Let’s use this in a real problem. Our task is to build a binary tree where each node has a serial number. The serial number will be our right hand argument which is daisy chained through the computation.
(defun next-sn (sn) (values sn (1+ sn))) (defun curried-make-node (depth children) (curried-compose (lambda (sn) (curried-values (cons (cons depth sn) children))) #’next-sn)) (defun curried-make-tree (depth) (if (zerop depth) (curried-make-node depth nil) (curried-compose (lambda (left-branch) (curried-compose (lambda (right-branch) (curried-make-node depth (list left-branch right-branch))) (curried-make-tree (1- depth)))) (curried-make-tree (1- depth)))))
curried-make-tree
returns a curried function. It
hasn’t built a tree, but built a function that builds the
tree once it gets the serial number passed in.

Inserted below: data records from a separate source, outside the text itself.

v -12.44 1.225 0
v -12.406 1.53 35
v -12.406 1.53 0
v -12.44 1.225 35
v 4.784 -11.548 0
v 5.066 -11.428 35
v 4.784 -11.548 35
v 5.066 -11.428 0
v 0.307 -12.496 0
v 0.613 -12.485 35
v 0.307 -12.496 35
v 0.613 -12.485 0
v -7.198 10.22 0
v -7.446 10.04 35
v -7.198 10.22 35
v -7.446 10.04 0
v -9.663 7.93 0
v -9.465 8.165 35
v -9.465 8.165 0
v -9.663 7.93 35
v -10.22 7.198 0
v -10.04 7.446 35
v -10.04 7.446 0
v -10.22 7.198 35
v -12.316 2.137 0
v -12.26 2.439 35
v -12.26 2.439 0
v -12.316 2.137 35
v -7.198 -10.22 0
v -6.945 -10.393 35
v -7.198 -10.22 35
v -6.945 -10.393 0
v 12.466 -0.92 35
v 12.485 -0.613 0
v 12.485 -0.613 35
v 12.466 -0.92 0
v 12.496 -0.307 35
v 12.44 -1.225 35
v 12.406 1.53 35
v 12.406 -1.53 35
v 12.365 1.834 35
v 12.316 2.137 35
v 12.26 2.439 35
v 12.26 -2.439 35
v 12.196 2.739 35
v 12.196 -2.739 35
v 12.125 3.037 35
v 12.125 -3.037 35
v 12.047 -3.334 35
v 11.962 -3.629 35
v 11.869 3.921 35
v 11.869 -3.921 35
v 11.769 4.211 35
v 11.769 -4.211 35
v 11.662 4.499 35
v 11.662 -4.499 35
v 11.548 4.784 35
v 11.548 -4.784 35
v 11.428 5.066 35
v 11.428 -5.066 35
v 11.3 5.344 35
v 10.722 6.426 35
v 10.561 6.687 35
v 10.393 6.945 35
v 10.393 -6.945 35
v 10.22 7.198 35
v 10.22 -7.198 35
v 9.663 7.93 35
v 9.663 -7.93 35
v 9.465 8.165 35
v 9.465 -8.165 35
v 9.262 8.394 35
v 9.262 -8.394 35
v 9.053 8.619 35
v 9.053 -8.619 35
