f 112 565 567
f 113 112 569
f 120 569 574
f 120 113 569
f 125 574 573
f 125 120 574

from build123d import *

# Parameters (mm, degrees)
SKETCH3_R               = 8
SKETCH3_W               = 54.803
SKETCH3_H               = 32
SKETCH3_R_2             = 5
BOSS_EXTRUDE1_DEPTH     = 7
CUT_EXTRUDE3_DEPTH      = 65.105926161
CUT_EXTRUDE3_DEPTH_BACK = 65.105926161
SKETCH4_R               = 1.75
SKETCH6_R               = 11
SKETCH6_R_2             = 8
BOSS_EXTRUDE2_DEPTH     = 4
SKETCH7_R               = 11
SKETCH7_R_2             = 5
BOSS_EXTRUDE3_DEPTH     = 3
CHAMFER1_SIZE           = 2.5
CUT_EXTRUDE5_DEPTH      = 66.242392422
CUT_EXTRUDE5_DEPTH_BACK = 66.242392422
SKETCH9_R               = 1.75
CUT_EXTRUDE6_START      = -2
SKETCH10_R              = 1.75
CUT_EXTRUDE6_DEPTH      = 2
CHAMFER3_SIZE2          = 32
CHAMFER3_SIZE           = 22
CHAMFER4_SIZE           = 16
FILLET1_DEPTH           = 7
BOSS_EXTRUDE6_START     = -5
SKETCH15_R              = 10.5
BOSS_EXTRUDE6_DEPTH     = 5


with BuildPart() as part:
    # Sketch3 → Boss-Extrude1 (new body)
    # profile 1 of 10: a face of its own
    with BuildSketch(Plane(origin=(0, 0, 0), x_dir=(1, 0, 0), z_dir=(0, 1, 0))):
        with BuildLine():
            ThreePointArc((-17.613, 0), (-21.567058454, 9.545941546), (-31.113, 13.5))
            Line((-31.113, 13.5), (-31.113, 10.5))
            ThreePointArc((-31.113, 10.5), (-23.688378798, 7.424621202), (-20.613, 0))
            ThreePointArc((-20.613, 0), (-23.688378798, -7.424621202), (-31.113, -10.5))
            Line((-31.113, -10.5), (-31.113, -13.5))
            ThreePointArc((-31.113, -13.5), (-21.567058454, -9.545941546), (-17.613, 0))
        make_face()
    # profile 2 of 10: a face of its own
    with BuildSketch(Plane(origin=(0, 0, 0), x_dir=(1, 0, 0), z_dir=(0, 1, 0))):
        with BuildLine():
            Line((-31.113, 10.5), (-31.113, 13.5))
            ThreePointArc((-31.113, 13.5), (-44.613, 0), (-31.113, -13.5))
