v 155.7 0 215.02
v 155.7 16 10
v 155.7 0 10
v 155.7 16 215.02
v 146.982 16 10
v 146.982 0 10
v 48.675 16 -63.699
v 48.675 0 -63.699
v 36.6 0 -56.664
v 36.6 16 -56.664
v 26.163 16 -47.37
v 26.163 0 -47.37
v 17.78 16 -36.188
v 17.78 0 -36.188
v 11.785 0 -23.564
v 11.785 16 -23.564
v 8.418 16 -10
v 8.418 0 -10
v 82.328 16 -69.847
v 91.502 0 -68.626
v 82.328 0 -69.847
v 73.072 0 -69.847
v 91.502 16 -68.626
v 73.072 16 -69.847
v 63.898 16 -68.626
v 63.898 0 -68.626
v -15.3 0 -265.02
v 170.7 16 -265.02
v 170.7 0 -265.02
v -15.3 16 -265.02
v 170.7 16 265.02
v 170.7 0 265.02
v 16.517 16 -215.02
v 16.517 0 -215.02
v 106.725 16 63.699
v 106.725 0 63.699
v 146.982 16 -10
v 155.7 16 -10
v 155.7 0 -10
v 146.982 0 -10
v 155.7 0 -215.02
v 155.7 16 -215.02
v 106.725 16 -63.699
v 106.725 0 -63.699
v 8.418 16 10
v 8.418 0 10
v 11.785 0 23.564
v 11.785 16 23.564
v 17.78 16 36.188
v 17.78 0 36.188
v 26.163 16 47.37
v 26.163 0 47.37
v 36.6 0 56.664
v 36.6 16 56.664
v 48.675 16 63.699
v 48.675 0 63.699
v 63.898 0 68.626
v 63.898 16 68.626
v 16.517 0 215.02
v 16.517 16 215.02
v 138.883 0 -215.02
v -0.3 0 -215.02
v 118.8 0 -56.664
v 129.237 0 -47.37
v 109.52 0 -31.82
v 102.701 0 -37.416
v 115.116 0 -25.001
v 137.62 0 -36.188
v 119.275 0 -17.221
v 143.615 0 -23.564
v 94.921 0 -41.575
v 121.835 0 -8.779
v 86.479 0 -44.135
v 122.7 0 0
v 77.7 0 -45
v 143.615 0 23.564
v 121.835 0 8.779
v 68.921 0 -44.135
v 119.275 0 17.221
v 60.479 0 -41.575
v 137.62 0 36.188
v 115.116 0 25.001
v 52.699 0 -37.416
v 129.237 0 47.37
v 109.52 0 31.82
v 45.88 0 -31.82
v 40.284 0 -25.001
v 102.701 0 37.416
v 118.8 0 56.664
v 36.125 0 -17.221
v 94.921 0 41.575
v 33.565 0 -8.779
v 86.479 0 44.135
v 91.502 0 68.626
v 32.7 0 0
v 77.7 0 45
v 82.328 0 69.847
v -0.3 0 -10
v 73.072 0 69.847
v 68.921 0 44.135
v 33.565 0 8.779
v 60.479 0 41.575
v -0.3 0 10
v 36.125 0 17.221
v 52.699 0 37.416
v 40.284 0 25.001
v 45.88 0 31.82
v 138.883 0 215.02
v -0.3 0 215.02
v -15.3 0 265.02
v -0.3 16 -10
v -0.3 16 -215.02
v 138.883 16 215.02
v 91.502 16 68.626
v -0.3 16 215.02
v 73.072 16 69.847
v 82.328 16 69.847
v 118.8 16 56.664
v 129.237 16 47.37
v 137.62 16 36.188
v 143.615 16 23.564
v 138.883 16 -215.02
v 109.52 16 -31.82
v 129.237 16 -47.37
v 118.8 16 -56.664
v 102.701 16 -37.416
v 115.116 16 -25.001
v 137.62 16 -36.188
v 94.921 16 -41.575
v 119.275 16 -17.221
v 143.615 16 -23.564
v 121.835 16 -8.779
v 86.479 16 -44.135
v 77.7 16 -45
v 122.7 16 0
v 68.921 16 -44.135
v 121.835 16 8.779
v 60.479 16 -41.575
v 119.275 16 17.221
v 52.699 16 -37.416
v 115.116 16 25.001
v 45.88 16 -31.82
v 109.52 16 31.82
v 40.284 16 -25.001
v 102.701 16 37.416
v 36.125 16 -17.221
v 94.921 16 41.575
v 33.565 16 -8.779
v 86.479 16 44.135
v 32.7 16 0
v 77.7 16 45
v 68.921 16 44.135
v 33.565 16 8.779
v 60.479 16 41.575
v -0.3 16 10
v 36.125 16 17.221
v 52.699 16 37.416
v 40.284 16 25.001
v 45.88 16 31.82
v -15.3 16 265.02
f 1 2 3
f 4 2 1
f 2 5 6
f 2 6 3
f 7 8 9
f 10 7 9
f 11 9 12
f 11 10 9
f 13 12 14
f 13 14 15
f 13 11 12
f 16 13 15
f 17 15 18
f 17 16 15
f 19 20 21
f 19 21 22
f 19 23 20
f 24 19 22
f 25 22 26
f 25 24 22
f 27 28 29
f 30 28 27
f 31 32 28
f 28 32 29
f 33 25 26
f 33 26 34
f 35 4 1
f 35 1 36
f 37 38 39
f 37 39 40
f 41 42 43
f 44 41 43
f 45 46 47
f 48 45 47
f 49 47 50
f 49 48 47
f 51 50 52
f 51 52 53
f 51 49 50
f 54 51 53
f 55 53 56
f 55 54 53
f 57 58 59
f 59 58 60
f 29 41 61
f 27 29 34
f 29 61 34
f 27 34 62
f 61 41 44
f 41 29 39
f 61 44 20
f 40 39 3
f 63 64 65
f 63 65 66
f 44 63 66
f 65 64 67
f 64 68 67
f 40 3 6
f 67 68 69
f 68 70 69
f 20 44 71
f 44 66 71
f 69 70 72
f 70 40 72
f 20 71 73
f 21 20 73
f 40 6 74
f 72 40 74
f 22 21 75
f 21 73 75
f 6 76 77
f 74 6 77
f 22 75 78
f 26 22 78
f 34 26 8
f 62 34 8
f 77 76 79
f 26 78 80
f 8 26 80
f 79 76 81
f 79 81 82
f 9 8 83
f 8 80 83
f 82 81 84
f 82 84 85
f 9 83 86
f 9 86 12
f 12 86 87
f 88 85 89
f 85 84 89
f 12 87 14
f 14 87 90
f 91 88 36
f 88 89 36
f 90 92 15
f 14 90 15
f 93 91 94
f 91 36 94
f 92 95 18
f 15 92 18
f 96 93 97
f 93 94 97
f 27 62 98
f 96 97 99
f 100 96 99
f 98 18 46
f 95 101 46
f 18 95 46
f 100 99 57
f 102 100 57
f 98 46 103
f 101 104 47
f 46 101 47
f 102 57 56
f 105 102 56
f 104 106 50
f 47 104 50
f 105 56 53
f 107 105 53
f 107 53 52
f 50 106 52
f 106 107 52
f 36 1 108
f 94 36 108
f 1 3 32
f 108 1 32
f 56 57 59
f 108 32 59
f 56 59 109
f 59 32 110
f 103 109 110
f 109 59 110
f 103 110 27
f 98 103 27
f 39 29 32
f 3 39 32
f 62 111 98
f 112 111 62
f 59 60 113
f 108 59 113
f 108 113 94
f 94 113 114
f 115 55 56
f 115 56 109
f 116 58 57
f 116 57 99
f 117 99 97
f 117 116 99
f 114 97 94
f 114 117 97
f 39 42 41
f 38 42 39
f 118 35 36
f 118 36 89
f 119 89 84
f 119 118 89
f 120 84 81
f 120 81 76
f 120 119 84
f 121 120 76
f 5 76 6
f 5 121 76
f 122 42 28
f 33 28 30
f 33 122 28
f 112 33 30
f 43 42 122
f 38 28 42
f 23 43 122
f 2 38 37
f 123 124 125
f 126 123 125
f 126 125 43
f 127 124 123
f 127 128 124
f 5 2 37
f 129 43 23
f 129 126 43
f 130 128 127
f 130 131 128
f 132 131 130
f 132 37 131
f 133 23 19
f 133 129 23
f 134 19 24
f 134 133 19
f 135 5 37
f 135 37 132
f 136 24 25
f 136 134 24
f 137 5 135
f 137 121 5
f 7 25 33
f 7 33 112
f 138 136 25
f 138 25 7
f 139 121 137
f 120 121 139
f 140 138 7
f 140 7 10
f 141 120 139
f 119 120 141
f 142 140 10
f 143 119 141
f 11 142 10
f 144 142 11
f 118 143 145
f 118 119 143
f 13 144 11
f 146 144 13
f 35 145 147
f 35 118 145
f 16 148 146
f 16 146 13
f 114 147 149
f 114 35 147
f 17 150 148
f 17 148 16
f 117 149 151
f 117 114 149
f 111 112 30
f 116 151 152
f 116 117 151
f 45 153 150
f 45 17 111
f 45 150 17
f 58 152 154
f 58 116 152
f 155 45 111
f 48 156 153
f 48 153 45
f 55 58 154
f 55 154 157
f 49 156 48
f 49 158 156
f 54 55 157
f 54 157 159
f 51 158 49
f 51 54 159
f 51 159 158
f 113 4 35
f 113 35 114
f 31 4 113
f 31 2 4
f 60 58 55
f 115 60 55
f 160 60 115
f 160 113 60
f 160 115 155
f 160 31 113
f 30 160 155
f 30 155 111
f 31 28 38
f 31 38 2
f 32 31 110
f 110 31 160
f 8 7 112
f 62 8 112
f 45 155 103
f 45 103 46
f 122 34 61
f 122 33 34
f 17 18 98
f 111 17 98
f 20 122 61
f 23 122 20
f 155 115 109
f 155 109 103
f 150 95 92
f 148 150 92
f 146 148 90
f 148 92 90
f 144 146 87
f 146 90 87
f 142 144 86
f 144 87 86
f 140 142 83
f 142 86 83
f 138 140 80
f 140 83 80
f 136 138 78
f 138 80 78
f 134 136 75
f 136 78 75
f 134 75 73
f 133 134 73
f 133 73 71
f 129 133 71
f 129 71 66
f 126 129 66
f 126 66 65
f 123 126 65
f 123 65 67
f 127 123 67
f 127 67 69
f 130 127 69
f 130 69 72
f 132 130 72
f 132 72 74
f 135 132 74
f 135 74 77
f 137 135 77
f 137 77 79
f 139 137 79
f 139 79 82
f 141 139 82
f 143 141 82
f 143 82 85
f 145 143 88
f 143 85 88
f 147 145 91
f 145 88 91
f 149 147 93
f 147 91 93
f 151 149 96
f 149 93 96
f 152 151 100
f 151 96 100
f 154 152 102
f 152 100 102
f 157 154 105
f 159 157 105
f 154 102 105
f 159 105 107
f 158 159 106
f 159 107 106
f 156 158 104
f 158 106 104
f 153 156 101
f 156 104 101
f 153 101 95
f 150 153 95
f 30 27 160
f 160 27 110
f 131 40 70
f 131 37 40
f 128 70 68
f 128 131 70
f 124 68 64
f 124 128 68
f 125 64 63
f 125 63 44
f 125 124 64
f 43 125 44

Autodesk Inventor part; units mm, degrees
ref_plane "YZ Plane" through (0, 0, 0) normal (1, 0, 0) x (0, 1, 0)
ref_plane "XZ Plane" through (0, 0, 0) normal (0, 1, 0) x (-1, 0, 0)
ref_plane "XY Plane" through (0, 0, 0) normal (0, 0, 1) x (1, 0, 0)
sketch "Sketch1" plane through (0, 0, 0) normal (0, 1, 0) x (-1, 0, 0)
  line L0 (15.3, 271) -> (-170.7, 271)
  line L1 (-170.7, 271) -> (-170.7, -271)
  line L2 (-170.7, -271) -> (15.3, -271)
  line L3 (15.3, -271) -> (15.3, 271)
  line L4 (-77.7, 271) -> (-77.7, -271)
  line L5 (-170.7, 0) -> (15.3, 0)
  circle A0 centre (-77.7, 0) radius 45
  point P0 (0, 0)
  dimension "d0" = 542
  dimension "d1" = 186
  dimension "d2" = 90
extrude "Extrusion1" add sketch "Sketch1" along normal blind 16 contours L3 L5 A0 L4 L0 | L4 A0 L5 L1 L0 | L3 L2 L4 A0 L5 | L5 A0 L4 L2 L1
sketch "Sketch2" plane through (170.7, 0, 271) normal (1, 0, 0) x (0, 0, -1)
  line L0 (0, 0) -> (0, 16) projected
  line L1 (0, 6) -> (-25, 6)
  line L2 (-25, 6) -> (-25, 0)
  line L3 (-25, 0) -> (0, 0)
  line L4 (0, 0) -> (0, 6)
  line L5 (542, 0) -> (542, 16) projected
  line L6 (542, 6) -> (567, 6)
  line L7 (567, 6) -> (567, 0)
  line L8 (567, 0) -> (542, 0)
  line L9 (542, 0) -> (542, 6)
  line L10 (542, 16) -> (527, 16)
  line L11 (527, 16) -> (527, 66)
  line L12 (527, 66) -> (542, 66)
  line L13 (542, 66) -> (542, 16)
  line L14 (0, 16) -> (15, 16)
  line L15 (15, 16) -> (15, 66)
  line L16 (15, 66) -> (0, 66)
  line L17 (0, 66) -> (0, 16)
  point P0 (271, 0)
  dimension "d5" = 6
  dimension "d6" = 25
  dimension "d7" = 25
  dimension "d8" = 50
  dimension "d9" = 15
  dimension "d10" = 15
  dimension "d11" = 50
extrude "Extrusion2" add sketch "Sketch2" against normal up to surface (186 mm away)
sketch "Sketch3" plane through (0, 16, 0) normal (0, 1, 0) x (1, 0, 0)
  line L0 (170.7, 256) -> (-15.3, 256) projected
  line L1 (-15.3, 256) -> (-15.3, -256) projected
  line L2 (-15.3, -256) -> (170.7, -256) projected
  line L3 (170.7, -256) -> (170.7, 256) projected
  circle A0 centre (77.7, 0) radius 45 projected
  line L4 (-0.3, -241) -> (-0.3, 241)
  line L5 (-0.3, 241) -> (155.7, 241)
  line L6 (155.7, 241) -> (155.7, -241)
  line L7 (155.7, -241) -> (-0.3, -241)
  circle A1 centre (77.7, 0) radius 70
  line L8 (155.7, -241) -> (-0.3, 241)
  line L9 (155.7, 241) -> (-0.3, -241)
  line L10 (148.0887, 243.4634) -> (-7.9113, -238.5366)
  line L11 (163.3113, 238.5366) -> (7.3113, -243.4634)
  line L12 (148.0887, -243.4634) -> (-7.9113, 238.5366)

Notice these two things: we have no global state or assignment, but
we get a serial number that is incremented for each node. The
serial number is passed around as the curried right hand argument
and returned as the right hand value. Notice, too,
that curried-make-tree
has no mention of the serial
number. It is a hidden variable.
curried-compose
is reminiscent of a let
expression, so we can create some analagous syntactic sugar:
(defmacro LetM (((var val) &rest more) &body body) ‘(curried-compose (lambda (,var) ,@(if more ‘((LetM ,more ,@body)) body)) ,val)) (defun curried-make-tree (depth) (if (zerop depth) (curried-make-node depth nil) (LetM ((left-branch (curried-make-tree (1- depth))) (right-branch (curried-make-tree (1- depth)))) (curried-make-node depth (list left-branch right-branch)))))
There is a special name for the inner lambda that is expecting the
right hand argument. It is a “monad”. curried-values
is the monad “unit”, and curried-compose
is the monad
“bind”.
As I mentioned in a previous post, it makes more sense to use this approach in a lazy functional language. The chain of curried functions force sequential evaluation because the output of each curried function must be computed before it becomes the input of the next curried function. The right hand argument that is threaded through the curried calls can be used as a “store” that is (functionally) updated by each curried function before passing it along, giving you the illusion of mutable storage.
A monad is how
you embed an imperative language within a pure, lazy, functional
language. But in a mixed language like Lisp, you can force
sequential evaluation by progn
and the store is
actually mutable, so there is less of a need for monads.
Nonetheless, they provide a way to “hide” a variable that
is threaded through the curried functions and that can come in
handy. For example, if you are doing I/O, you can hide the stream
variable so you don’t have to pass it along to every
intermediate function.
1 comment:
Indeed I find it handy to use the monad paradigm while doing CPS, where you hide the continuation.